Of all the lines below, output only those starting at the one with "#165=ORIENTED_EDGE('',*,*,#103,.F.);" and ending at the one with "#172=FACE_BOUND('',#171,.T.);", both ends included, exactly as written.
----------
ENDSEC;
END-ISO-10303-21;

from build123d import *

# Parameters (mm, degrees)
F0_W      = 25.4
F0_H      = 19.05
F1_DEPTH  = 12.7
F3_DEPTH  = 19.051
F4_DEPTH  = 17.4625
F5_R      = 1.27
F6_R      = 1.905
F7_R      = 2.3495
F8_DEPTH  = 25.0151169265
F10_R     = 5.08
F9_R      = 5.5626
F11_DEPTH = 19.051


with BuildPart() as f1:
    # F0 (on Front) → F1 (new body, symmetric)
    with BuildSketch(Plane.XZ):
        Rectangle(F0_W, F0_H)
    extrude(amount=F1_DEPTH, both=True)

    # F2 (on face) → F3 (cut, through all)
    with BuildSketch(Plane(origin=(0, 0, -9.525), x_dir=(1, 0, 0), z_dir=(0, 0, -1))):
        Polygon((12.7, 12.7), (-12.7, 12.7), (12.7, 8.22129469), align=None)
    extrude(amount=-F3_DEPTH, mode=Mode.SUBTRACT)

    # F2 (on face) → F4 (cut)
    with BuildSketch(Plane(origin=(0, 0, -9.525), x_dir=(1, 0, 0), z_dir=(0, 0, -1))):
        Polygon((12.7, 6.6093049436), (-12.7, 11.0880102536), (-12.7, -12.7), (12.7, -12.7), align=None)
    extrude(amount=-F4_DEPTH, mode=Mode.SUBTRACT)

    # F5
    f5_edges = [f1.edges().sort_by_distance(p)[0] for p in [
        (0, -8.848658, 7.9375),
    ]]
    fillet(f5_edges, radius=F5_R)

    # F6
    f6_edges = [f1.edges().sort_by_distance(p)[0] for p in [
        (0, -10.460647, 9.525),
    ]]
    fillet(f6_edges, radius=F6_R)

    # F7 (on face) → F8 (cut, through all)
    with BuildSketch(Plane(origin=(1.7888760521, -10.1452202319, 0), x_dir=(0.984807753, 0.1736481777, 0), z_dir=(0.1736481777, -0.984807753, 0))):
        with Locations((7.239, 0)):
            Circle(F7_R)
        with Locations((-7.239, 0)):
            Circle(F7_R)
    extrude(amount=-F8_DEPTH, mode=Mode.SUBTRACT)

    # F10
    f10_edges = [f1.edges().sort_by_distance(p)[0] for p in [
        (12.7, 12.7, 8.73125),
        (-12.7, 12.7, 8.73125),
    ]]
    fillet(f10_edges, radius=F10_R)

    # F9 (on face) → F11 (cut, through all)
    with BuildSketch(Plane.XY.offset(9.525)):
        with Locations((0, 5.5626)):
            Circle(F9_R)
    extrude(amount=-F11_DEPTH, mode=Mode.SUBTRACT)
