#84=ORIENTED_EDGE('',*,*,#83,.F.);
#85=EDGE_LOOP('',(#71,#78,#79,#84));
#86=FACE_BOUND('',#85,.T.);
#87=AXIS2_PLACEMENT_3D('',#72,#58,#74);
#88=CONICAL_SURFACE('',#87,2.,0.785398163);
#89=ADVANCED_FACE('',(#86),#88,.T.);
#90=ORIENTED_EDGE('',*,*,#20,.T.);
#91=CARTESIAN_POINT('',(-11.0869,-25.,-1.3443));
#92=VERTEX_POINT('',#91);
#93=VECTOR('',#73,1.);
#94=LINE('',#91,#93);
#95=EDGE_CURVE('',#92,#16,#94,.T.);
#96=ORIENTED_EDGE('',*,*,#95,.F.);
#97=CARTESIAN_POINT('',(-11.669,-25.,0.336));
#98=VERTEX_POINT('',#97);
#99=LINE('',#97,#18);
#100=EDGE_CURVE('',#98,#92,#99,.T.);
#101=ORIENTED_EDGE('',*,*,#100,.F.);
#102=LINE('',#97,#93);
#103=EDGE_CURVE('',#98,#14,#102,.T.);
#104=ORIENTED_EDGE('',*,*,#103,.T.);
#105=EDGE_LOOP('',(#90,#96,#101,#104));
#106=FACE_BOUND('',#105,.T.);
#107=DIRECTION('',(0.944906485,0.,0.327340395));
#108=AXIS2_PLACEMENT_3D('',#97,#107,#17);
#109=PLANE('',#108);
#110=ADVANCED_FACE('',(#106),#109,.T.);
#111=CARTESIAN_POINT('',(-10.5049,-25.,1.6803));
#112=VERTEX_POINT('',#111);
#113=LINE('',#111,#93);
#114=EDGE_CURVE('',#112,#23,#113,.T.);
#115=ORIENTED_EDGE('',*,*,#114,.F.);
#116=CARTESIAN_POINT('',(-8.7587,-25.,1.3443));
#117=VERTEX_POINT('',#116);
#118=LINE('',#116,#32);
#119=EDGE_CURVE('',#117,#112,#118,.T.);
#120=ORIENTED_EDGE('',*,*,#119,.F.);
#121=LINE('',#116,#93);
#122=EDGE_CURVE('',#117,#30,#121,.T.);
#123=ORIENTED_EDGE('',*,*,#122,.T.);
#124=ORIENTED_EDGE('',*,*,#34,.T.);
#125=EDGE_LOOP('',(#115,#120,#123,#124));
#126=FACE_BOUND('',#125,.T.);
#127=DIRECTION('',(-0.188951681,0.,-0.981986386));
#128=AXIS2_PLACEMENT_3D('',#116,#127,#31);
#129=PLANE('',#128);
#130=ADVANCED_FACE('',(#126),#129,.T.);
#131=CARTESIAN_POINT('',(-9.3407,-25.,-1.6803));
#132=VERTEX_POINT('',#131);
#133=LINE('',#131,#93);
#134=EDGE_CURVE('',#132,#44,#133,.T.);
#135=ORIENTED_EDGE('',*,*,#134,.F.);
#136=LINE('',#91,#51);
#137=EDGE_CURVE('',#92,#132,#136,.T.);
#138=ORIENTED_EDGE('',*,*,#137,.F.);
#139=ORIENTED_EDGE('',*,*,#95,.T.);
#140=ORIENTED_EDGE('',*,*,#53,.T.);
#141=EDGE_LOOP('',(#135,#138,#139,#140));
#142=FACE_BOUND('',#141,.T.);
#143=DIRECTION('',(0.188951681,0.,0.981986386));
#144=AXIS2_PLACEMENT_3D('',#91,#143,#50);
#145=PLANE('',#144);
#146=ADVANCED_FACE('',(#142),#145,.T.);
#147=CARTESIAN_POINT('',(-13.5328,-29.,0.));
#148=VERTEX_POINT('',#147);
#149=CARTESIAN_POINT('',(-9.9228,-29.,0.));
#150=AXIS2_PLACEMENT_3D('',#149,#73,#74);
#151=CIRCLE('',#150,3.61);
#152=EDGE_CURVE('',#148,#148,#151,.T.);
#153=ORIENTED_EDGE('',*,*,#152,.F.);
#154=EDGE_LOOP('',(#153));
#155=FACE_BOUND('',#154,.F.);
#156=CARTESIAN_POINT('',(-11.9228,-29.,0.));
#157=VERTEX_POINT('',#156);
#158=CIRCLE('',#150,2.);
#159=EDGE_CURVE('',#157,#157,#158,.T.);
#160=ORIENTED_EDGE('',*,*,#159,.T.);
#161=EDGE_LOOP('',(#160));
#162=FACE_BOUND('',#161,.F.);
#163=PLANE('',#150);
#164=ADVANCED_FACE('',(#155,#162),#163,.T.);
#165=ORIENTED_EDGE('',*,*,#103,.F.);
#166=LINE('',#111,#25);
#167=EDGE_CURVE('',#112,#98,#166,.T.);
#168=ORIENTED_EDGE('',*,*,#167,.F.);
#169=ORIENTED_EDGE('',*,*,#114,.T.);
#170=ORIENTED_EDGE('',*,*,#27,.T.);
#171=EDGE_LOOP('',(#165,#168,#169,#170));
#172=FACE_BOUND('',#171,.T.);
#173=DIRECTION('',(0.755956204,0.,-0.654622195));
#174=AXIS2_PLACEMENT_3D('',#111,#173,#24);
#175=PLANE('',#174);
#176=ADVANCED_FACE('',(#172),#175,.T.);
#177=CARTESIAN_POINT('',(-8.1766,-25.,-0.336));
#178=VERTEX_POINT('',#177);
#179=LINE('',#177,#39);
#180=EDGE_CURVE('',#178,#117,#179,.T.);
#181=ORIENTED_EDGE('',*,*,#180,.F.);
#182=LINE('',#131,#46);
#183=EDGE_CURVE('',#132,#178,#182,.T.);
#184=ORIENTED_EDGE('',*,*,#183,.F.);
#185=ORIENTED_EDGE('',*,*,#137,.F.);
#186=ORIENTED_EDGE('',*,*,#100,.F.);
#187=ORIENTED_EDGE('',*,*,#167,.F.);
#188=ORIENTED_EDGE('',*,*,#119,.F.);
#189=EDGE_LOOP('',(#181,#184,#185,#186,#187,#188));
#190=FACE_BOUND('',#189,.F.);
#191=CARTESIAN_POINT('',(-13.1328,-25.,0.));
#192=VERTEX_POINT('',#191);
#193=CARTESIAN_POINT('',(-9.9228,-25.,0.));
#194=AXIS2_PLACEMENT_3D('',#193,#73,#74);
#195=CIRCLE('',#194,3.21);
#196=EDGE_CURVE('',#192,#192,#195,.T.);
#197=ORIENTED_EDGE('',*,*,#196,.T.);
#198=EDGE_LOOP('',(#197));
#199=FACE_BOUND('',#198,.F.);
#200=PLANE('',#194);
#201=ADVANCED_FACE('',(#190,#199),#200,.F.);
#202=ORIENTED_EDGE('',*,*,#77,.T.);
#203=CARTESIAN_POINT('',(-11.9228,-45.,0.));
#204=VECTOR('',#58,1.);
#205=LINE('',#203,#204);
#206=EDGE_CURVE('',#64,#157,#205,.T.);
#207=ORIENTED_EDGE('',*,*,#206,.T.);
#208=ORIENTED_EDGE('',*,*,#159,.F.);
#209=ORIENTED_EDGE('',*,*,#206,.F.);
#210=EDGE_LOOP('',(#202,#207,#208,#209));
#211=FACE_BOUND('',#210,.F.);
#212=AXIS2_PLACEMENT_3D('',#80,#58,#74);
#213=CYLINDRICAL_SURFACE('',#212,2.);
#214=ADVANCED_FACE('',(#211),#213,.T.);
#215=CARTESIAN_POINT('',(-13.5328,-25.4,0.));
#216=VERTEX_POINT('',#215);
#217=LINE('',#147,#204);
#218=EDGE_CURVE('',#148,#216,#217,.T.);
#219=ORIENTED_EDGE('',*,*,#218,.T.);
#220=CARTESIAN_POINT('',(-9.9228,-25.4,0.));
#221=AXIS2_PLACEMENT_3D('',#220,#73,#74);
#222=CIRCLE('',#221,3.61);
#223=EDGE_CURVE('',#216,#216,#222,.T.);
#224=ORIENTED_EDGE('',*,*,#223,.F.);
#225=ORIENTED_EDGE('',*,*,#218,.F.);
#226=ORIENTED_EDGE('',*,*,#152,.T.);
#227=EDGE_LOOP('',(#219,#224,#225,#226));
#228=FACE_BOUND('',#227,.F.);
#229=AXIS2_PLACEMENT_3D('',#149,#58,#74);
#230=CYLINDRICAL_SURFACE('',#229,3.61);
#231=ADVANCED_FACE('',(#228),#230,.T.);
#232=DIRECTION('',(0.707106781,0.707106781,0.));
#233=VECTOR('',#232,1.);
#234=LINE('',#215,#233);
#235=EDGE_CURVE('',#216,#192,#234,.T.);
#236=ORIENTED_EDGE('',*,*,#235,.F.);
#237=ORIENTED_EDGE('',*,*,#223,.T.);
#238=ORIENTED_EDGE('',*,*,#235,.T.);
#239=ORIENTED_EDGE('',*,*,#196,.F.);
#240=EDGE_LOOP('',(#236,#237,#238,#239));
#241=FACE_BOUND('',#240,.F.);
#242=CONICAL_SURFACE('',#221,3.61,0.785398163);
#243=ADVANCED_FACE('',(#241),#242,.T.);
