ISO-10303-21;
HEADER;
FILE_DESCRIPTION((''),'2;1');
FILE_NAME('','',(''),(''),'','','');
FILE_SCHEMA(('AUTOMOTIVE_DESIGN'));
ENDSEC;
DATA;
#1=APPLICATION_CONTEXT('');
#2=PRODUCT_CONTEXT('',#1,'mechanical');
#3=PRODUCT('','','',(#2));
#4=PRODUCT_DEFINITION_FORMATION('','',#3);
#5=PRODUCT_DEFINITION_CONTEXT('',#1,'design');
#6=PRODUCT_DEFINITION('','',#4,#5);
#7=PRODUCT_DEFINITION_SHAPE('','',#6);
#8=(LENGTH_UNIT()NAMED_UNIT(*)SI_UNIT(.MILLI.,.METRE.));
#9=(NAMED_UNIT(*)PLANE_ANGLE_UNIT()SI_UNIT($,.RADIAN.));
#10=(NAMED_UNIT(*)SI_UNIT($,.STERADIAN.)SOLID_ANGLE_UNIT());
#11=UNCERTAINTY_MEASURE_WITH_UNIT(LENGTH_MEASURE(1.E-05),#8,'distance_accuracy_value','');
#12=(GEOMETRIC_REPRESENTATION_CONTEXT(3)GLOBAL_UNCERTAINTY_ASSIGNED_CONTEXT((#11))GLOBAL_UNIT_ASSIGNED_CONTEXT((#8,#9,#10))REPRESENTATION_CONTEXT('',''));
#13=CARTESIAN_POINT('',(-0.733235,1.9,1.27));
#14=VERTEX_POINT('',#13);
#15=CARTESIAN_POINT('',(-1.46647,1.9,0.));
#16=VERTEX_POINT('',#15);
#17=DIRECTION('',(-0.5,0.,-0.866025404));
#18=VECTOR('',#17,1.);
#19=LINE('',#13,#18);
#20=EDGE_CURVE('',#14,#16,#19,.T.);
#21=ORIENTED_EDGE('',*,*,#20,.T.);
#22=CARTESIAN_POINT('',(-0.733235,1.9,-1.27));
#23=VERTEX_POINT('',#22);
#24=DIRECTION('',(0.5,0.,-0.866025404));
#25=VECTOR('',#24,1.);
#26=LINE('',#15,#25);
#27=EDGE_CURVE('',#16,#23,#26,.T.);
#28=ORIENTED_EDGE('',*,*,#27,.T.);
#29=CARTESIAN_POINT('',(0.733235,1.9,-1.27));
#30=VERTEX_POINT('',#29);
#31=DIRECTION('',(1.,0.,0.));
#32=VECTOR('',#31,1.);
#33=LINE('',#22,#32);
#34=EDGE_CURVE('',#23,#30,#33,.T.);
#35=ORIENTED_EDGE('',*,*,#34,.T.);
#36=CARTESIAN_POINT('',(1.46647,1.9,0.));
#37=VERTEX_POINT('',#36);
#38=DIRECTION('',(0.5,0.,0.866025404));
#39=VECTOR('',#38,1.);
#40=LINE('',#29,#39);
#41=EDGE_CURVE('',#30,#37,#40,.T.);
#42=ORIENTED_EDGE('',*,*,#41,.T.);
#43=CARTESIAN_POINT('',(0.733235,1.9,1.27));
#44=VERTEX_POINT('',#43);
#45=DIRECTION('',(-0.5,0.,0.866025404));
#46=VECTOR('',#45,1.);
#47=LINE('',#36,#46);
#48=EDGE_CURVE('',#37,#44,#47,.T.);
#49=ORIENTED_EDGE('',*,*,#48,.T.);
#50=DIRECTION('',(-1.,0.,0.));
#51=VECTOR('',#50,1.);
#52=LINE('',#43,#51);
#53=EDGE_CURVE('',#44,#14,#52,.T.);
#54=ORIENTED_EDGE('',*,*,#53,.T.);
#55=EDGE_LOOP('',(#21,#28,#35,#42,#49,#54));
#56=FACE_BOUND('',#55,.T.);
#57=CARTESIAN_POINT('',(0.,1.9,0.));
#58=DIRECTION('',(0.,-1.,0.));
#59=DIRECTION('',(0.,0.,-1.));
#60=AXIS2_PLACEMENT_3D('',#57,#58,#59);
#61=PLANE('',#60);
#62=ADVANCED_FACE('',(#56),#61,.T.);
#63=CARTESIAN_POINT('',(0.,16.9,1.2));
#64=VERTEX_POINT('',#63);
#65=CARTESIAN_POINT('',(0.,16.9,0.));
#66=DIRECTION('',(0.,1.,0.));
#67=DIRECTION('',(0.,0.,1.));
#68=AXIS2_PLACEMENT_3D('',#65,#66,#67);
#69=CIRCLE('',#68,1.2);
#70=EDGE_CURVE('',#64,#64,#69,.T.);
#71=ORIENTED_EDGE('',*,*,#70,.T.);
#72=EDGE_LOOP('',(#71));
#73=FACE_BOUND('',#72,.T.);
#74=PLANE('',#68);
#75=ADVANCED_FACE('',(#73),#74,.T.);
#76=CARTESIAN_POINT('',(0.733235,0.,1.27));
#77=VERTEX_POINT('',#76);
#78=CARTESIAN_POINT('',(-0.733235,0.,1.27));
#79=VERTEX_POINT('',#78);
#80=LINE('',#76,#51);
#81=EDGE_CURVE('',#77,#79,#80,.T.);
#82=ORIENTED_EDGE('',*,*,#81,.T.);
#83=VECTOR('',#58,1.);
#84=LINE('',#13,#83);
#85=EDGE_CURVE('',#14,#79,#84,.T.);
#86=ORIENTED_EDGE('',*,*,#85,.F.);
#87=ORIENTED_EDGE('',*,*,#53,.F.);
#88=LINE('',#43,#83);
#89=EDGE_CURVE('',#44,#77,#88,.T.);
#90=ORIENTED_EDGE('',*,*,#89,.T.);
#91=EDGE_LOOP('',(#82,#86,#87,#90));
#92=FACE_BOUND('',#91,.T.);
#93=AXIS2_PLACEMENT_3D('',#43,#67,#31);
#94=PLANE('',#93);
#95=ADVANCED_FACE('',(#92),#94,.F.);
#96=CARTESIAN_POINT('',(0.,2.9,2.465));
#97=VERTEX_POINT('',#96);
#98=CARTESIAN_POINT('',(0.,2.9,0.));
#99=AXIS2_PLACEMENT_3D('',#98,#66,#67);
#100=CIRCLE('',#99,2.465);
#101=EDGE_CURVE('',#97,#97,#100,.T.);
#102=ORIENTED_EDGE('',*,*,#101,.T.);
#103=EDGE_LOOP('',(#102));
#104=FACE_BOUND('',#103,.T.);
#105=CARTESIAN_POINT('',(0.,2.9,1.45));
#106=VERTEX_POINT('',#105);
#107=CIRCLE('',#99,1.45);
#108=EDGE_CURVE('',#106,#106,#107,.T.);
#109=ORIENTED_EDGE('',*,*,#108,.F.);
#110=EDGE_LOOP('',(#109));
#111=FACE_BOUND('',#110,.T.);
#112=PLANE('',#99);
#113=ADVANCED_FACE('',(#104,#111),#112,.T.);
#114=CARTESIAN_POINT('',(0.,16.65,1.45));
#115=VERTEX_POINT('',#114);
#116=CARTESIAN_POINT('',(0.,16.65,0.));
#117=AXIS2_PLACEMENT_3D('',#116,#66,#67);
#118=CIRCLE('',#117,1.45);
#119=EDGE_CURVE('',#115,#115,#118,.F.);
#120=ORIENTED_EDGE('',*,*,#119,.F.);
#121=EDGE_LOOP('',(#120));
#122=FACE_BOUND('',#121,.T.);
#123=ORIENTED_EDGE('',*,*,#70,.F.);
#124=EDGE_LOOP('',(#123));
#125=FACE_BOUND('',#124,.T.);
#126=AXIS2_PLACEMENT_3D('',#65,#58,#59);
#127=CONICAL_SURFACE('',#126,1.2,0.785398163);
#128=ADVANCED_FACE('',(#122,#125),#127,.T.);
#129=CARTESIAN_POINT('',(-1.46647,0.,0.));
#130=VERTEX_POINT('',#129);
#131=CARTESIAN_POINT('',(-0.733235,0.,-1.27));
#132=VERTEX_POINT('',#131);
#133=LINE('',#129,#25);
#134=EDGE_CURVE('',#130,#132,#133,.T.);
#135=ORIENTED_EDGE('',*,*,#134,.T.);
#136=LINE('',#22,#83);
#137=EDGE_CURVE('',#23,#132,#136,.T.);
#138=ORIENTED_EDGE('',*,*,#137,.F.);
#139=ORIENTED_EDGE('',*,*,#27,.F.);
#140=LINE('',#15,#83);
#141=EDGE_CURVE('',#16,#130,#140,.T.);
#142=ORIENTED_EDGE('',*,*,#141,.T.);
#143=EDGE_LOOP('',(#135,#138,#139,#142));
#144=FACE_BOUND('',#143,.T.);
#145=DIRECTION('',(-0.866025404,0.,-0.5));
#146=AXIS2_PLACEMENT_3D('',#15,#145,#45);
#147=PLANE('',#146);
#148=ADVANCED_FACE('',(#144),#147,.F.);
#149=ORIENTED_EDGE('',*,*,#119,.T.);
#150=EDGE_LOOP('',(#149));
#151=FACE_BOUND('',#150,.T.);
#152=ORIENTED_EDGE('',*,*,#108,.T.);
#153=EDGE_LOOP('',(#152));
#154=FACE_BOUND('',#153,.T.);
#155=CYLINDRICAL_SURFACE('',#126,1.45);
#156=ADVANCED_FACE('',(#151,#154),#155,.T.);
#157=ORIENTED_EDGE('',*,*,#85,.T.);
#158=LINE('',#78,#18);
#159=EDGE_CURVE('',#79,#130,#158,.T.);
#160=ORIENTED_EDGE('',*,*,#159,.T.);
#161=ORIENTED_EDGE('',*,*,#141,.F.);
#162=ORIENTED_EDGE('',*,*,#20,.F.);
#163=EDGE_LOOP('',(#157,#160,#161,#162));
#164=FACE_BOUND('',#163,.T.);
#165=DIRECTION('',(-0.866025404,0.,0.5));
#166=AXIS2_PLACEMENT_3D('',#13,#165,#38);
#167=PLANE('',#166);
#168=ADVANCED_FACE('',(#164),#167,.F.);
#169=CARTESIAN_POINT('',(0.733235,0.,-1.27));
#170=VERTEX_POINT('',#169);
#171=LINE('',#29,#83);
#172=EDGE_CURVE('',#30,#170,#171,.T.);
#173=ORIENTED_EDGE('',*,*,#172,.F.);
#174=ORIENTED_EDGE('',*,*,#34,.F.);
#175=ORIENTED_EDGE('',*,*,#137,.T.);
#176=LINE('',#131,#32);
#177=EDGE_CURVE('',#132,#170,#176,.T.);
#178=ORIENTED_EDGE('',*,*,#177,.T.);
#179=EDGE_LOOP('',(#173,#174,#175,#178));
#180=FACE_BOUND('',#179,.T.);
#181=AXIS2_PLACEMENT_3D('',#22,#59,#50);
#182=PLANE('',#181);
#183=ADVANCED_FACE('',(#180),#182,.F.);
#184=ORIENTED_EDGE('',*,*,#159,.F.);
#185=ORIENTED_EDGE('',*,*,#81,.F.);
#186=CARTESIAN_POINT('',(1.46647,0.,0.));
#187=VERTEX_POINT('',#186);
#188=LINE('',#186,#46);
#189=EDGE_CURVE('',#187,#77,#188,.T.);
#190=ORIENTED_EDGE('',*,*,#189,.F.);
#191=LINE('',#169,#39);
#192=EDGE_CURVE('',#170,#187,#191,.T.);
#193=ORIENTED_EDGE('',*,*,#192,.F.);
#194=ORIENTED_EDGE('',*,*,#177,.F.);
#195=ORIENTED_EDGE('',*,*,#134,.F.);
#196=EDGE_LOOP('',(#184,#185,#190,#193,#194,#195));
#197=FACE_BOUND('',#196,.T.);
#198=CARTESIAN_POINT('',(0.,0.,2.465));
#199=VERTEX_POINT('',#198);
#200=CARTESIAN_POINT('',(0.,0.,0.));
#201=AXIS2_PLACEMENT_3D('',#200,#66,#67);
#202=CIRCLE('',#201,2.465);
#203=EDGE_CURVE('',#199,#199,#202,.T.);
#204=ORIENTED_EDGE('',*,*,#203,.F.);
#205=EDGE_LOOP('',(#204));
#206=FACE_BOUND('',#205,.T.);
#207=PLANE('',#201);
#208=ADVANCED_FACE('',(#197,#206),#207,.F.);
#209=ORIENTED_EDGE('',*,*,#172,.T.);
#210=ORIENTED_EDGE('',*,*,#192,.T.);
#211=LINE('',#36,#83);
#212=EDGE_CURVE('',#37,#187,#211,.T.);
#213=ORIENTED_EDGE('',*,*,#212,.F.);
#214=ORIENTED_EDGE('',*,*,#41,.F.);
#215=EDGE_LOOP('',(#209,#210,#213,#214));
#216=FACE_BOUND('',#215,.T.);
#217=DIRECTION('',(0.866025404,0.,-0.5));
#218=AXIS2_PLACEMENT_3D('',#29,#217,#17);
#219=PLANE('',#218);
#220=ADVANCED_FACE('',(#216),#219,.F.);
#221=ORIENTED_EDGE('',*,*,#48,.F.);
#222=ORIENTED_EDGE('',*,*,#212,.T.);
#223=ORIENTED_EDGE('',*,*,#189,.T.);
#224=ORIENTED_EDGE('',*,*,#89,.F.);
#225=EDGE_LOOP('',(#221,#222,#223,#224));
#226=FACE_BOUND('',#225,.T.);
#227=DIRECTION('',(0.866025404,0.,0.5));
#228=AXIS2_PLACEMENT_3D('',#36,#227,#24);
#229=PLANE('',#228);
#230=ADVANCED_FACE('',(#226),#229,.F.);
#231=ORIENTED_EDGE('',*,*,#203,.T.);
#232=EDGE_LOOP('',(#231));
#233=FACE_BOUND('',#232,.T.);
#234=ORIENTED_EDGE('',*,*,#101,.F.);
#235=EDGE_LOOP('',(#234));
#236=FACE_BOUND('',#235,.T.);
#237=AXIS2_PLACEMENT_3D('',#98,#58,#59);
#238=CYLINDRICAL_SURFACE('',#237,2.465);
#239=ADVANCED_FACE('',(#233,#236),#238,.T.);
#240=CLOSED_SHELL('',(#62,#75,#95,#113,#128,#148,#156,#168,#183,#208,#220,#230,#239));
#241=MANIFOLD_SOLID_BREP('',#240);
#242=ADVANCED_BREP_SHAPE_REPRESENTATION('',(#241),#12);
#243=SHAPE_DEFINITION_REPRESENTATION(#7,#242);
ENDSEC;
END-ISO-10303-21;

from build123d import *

# Parameters (mm, degrees)
SKETCH1_R           = 2.465
BOSS_EXTRUDE1_DEPTH = 2.9
SKETCH2_R           = 1.45
BOSS_EXTRUDE2_DEPTH = 14
CUT_EXTRUDE1_DEPTH  = 1.9
CHAMFER1_SIZE       = 0.25


with BuildPart() as part:
    # Sketch1 → Boss-Extrude1 (new body)
    with BuildSketch(Plane(origin=(0, 0, 0), x_dir=(1, 0, 0), z_dir=(0, 1, 0))):
        Circle(SKETCH1_R)
    extrude(amount=BOSS_EXTRUDE1_DEPTH)

    # Sketch2 → Boss-Extrude2 (add)
    with BuildSketch(Plane(origin=(0, 2.9, 0), x_dir=(1, 0, 0), z_dir=(0, 1, 0))):
        Circle(SKETCH2_R)
    extrude(amount=BOSS_EXTRUDE2_DEPTH)

    # Sketch3 → Cut-Extrude1 (cut)
    with BuildSketch(Plane.XZ):
        Polygon((0.733234842, -1.27), (1.466469684, 0), (0.733234842, 1.27), (-0.733234842, 1.27), (-1.466469684, 0), (-0.733234842, -1.27), align=None)
    extrude(amount=-CUT_EXTRUDE1_DEPTH, mode=Mode.SUBTRACT)

    # Chamfer1
    chamfer1_edges = [part.edges().sort_by_distance(p)[0] for p in [
        (-1.45, 16.9, 0),
    ]]
    chamfer(chamfer1_edges, length=CHAMFER1_SIZE)


solid = part.part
----------
**EXERCISE SOLUTION:**
#165=ORIENTED_EDGE('',*,*,#103,.F.);
#166=LINE('',#111,#25);
#167=EDGE_CURVE('',#112,#98,#166,.T.);
#168=ORIENTED_EDGE('',*,*,#167,.F.);
#169=ORIENTED_EDGE('',*,*,#114,.T.);
#170=ORIENTED_EDGE('',*,*,#27,.T.);
#171=EDGE_LOOP('',(#165,#168,#169,#170));
#172=FACE_BOUND('',#171,.T.);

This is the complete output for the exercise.